Search code examples
apache-sparkhadoopetlimpala

Impala shell or Spark for ETL?


I have recently started working on Hadoop environment. I needed to do some basic ETL to populate few tables. Currently I am importing data into Hadoop using sqoop and using Impala shell command to write SQL queries for transformations.

But I am hearing about Spark a lot these days. In my situation will I have any advantage writing my ETL in Spark instead of Impala shell?

Thanks S


Solution

  • Many people in the past were using either A) SQL Scripts (like Impala) with UNIX scripts or using B) ETL tools for ETL.

    However, the question is 1) more of scale imo and 2) standardizing on technologies.

    Since Spark is being used, then why not standardize on Spark?

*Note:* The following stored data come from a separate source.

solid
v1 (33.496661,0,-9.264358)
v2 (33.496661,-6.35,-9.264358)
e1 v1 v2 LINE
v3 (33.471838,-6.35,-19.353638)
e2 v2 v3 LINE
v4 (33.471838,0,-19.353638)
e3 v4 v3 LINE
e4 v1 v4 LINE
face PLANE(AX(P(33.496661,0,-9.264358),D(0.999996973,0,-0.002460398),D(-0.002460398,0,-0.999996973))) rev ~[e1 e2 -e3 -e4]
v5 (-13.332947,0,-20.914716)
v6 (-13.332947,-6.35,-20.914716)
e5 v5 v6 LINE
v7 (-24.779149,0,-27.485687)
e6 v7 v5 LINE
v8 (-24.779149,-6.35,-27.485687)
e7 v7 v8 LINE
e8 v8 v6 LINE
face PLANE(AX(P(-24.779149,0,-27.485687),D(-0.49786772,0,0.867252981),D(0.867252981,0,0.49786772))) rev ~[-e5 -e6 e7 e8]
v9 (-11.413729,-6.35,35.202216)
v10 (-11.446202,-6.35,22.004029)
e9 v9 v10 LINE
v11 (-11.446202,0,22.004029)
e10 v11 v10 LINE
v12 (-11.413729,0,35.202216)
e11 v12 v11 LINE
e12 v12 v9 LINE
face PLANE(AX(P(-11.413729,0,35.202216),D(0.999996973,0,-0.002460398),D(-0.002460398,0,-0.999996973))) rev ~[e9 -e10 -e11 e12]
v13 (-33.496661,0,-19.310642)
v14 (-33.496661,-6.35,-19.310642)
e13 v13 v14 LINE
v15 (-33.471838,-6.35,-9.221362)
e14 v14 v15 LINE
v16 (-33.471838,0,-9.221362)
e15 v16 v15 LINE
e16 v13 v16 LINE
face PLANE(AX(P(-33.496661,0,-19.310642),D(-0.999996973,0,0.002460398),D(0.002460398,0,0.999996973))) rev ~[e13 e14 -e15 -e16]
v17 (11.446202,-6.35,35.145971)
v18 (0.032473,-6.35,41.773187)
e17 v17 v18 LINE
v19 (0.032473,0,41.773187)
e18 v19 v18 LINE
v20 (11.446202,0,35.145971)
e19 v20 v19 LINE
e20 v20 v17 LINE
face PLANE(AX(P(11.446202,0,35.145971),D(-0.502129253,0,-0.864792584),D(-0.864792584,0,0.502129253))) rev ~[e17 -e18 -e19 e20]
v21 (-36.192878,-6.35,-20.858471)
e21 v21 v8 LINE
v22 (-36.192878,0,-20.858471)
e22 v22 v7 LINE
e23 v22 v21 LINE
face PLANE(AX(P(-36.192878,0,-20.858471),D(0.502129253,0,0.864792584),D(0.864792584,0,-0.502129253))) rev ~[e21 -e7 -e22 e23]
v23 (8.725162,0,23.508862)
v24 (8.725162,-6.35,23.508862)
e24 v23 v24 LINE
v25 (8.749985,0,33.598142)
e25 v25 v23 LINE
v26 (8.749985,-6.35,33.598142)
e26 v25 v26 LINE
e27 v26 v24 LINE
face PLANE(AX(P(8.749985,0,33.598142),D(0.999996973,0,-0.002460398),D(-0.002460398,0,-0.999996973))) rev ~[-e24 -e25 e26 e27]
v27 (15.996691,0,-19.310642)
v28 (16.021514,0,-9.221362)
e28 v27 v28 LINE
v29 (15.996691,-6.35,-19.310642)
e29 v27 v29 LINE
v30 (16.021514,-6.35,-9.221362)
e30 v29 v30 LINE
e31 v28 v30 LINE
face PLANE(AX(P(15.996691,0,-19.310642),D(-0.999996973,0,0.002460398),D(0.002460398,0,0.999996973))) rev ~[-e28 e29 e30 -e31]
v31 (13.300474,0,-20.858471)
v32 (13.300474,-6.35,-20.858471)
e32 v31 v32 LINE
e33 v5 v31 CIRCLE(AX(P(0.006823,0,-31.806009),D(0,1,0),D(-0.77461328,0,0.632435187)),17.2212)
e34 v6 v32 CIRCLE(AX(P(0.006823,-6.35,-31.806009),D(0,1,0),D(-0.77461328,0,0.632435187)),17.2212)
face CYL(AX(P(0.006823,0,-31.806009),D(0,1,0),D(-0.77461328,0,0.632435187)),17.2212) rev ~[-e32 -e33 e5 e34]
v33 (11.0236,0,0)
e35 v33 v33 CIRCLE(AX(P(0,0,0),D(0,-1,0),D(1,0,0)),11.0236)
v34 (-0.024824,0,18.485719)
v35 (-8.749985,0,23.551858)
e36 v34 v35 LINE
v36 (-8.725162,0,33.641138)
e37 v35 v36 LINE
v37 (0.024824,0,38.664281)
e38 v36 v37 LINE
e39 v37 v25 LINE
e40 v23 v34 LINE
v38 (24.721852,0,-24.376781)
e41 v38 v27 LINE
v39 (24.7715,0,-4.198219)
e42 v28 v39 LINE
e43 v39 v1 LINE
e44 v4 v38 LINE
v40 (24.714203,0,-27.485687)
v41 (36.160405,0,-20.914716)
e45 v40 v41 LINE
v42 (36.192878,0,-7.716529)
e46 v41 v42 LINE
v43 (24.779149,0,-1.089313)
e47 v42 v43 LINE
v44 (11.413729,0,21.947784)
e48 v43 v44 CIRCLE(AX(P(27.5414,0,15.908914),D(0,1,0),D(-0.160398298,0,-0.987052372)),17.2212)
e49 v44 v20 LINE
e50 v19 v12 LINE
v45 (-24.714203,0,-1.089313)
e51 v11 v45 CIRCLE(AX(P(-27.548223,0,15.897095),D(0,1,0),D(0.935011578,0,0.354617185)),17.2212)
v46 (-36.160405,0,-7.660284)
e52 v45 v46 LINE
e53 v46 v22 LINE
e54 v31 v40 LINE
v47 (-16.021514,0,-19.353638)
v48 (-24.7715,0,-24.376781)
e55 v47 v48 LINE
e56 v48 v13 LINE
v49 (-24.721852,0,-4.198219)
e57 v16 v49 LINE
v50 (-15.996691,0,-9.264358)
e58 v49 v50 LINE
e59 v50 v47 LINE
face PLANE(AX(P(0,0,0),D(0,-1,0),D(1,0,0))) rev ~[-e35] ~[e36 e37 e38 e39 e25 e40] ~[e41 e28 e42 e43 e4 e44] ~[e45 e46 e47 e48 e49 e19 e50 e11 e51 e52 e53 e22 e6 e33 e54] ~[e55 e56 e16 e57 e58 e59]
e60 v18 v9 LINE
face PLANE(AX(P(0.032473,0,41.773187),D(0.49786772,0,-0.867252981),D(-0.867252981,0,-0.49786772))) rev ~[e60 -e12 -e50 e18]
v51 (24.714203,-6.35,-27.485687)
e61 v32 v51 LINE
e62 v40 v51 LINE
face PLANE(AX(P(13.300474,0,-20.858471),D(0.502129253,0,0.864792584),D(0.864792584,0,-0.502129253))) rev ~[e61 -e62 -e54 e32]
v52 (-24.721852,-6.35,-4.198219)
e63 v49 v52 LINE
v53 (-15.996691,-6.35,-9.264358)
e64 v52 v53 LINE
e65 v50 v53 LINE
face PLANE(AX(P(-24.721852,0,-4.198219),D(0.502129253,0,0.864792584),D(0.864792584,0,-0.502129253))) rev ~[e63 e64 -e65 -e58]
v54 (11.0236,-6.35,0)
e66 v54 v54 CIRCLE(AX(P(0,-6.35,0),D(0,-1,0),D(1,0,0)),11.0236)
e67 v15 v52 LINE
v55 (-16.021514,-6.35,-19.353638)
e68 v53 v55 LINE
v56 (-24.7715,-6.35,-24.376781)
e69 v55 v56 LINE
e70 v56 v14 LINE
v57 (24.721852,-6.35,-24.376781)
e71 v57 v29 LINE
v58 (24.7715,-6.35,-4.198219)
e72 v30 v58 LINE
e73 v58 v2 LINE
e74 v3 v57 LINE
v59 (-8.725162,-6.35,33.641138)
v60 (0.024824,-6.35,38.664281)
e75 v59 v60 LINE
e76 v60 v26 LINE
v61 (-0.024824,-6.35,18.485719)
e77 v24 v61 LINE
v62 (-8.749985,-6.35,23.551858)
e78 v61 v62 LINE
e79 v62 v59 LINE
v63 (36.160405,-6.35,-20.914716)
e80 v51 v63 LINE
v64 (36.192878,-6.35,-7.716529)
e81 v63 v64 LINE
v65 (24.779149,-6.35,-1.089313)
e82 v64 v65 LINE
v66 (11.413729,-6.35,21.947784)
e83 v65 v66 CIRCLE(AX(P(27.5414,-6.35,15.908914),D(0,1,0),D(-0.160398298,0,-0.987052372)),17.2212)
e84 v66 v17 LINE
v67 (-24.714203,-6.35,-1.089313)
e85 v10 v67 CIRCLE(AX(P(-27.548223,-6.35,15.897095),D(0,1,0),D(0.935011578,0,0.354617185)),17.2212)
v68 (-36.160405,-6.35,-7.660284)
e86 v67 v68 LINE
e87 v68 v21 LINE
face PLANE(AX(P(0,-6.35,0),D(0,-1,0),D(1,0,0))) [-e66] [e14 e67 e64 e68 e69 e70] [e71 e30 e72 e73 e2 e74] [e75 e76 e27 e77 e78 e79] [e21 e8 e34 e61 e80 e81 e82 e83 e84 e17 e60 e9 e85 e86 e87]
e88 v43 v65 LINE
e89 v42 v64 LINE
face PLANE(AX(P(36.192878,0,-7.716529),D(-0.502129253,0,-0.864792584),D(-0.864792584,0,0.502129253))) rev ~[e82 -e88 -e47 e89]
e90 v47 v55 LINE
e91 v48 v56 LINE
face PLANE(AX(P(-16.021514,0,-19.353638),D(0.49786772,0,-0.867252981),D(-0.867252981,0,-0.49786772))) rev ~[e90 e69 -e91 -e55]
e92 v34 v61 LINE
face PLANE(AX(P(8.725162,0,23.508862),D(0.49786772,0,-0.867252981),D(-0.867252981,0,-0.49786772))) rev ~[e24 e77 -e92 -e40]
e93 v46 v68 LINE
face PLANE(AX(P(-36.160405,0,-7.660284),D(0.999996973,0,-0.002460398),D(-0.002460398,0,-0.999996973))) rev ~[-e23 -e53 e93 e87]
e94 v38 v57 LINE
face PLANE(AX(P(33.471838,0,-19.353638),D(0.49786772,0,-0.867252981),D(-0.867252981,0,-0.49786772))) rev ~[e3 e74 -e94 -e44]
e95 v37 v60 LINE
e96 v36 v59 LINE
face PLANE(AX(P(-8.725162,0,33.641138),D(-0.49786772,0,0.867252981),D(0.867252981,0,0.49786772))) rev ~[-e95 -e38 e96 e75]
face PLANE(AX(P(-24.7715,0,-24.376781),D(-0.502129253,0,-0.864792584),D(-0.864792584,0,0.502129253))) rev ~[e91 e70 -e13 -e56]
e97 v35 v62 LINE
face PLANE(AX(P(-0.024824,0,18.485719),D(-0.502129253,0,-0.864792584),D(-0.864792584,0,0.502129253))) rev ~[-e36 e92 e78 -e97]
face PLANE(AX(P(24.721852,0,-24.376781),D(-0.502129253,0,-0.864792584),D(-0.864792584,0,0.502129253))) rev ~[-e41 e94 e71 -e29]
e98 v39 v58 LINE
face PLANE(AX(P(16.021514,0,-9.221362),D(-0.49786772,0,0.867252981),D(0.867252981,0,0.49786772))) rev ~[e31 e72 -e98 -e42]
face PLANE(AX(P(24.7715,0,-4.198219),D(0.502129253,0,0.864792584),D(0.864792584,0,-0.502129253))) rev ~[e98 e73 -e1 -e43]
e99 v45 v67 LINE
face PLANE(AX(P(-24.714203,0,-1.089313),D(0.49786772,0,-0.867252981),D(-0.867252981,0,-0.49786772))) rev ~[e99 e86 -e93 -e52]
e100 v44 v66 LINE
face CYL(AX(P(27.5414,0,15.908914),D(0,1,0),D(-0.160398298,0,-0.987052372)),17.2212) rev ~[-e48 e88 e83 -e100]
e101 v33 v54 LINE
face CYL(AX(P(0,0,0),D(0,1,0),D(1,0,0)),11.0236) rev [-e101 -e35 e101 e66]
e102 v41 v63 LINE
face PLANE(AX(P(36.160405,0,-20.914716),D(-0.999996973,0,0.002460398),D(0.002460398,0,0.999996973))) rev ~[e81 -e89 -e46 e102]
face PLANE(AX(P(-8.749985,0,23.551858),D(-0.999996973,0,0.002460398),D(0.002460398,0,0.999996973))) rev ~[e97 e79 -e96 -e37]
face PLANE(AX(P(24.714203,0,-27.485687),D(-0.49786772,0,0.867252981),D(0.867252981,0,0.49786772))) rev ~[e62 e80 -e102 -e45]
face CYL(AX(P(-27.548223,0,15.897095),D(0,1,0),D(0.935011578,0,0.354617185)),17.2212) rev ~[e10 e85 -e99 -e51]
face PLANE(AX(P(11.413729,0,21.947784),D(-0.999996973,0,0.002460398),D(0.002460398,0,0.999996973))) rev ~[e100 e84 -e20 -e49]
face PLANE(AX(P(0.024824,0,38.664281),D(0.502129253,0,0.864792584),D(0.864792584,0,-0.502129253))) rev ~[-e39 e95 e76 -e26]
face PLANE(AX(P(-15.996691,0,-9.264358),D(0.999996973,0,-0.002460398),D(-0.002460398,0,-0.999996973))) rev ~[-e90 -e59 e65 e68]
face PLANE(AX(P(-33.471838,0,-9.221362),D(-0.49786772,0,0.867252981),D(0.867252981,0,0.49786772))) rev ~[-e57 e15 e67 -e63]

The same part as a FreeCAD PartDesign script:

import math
import FreeCAD as App
import Part
import Sketcher

V = App.Vector
Q = App.Units.Quantity


def add_polygon(sketch, points):
    """Adds a closed chain of lines whose ends are joined by coincident constraints."""
    first, n = sketch.GeometryCount, len(points)
    for a, b in zip(points, points[1:] + points[:1]):
        sketch.addGeometry(Part.LineSegment(App.Vector(*a, 0), App.Vector(*b, 0)), False)
    for i in range(n):
        sketch.addConstraint(Sketcher.Constraint("Coincident", first + i, 2, first + (i + 1) % n, 1))

doc = App.newDocument("Part")
body = doc.addObject("PartDesign::Body", "Body")

sketch1 = body.newObject("Sketcher::SketchObject", "Sketch")
sketch1.AttachmentSupport = (doc.getObject("XZ_Plane"), [""])
sketch1.MapMode = "FlatFace"
sketch1.addGeometry(Part.ArcOfCircle(Part.Circle(V(28, 16, 0), V(0, 0, 1), 17), math.radians(159), math.radians(261)), False)
sketch1.addGeometry(Part.LineSegment(V(11, 22, 0), V(11, 35, 0)), False)
sketch1.addGeometry(Part.LineSegment(V(11, 35, 0), V(0, 42, 0)), False)
sketch1.addGeometry(Part.LineSegment(V(0, 42, 0), V(-11, 35, 0)), False)
sketch1.addGeometry(Part.LineSegment(V(-11, 35, 0), V(-11, 22, 0)), False)
sketch1.addGeometry(Part.ArcOfCircle(Part.Circle(V(-28, 16, 0), V(0, 0, 1), 17), math.radians(-81), math.radians(21)), False)
sketch1.addGeometry(Part.LineSegment(V(-25, -1, 0), V(-36, -8, 0)), False)
sketch1.addGeometry(Part.LineSegment(V(-36, -8, 0), V(-36, -21, 0)), False)
sketch1.addGeometry(Part.LineSegment(V(-36, -21, 0), V(-25, -27, 0)), False)
sketch1.addGeometry(Part.LineSegment(V(-25, -27, 0), V(-13, -21, 0)), False)
sketch1.addGeometry(Part.ArcOfCircle(Part.Circle(V(0, -32, 0), V(0, 0, 1), 17), math.radians(39), math.radians(141)), False)
sketch1.addGeometry(Part.LineSegment(V(13, -21, 0), V(25, -27, 0)), False)
sketch1.addGeometry(Part.LineSegment(V(25, -27, 0), V(36, -21, 0)), False)
sketch1.addGeometry(Part.LineSegment(V(36, -21, 0), V(36, -8, 0)), False)
sketch1.addGeometry(Part.LineSegment(V(36, -8, 0), V(25, -1, 0)), False)
add_polygon(sketch1, [(-16, -19), (-25, -24), (-33, -19), (-33, -9), (-25, -4), (-16, -9)])
add_polygon(sketch1, [(25, -4), (33, -9), (33, -19), (25, -24), (16, -19), (16, -9)])
sketch1.addGeometry(Part.Circle(V(0, 0, 0), V(0, 0, 1), 11), False)
add_polygon(sketch1, [(0, 39), (9, 34), (9, 24), (0, 18), (-9, 24), (-9, 34)])
sketch1.addConstraint([
    Sketcher.Constraint("Coincident", 0, 1, 1, 1),
    Sketcher.Constraint("Coincident", 1, 2, 2, 1),
    Sketcher.Constraint("Coincident", 2, 2, 3, 1),
    Sketcher.Constraint("Coincident", 3, 2, 4, 1),
    Sketcher.Constraint("Coincident", 4, 2, 5, 2),
    Sketcher.Constraint("Coincident", 5, 1, 6, 1),
    Sketcher.Constraint("Coincident", 6, 2, 7, 1),
    Sketcher.Constraint("Coincident", 7, 2, 8, 1),
    Sketcher.Constraint("Coincident", 8, 2, 9, 1),
    Sketcher.Constraint("Coincident", 9, 2, 10, 2),
    Sketcher.Constraint("Coincident", 10, 1, 11, 1),
    Sketcher.Constraint("Coincident", 11, 2, 12, 1),
    Sketcher.Constraint("Coincident", 12, 2, 13, 1),
    Sketcher.Constraint("Coincident", 13, 2, 14, 1),
    Sketcher.Constraint("Coincident", 14, 2, 0, 2),
    Sketcher.Constraint("Coincident", 27, 3, -1, 1),
    Sketcher.Constraint("Equal", 0, 5),
    Sketcher.Constraint("Equal", 5, 10),
    Sketcher.Constraint("Parallel", 1, 4),
    Sketcher.Constraint("Parallel", 3, 6),
    Sketcher.Constraint("Parallel", 4, 7),
    Sketcher.Constraint("Parallel", 2, 8),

    I have been thru this cycle and Kimball DWH processing can be done quite OK with Spark. It means less costs in terms of paid ETL tools like Informatica. But there are community editions.

    Some points to note:

    • Saving of file to different HDFS formats is easier and more direct with Data Frame Writer etc.
    • But Informatica-like mappings with branches are a little different.
    • Performance at scale will be better with Spark once data gotten form external sources.
    • File control is easier with UNIX scripting than inside Spark imo, but it is a case of getting used to if done within Spark.
    • Sqoop can be obviated and you can use JDBC DF Reader of Spark, but there is no reason to dispense with sqoop, although I would use Confluent Kafka Connect instead with higher latency, but then we get into Zen Questions as Kafka is for more real-time aspects.
    • I am not convinced overall of the benefits of ETL tools.

    With cost reductions that IT needs to under go, Spark is a good option. But it is not for the faint-hearted, you need to be a good programmer. That is what I hear many people saying.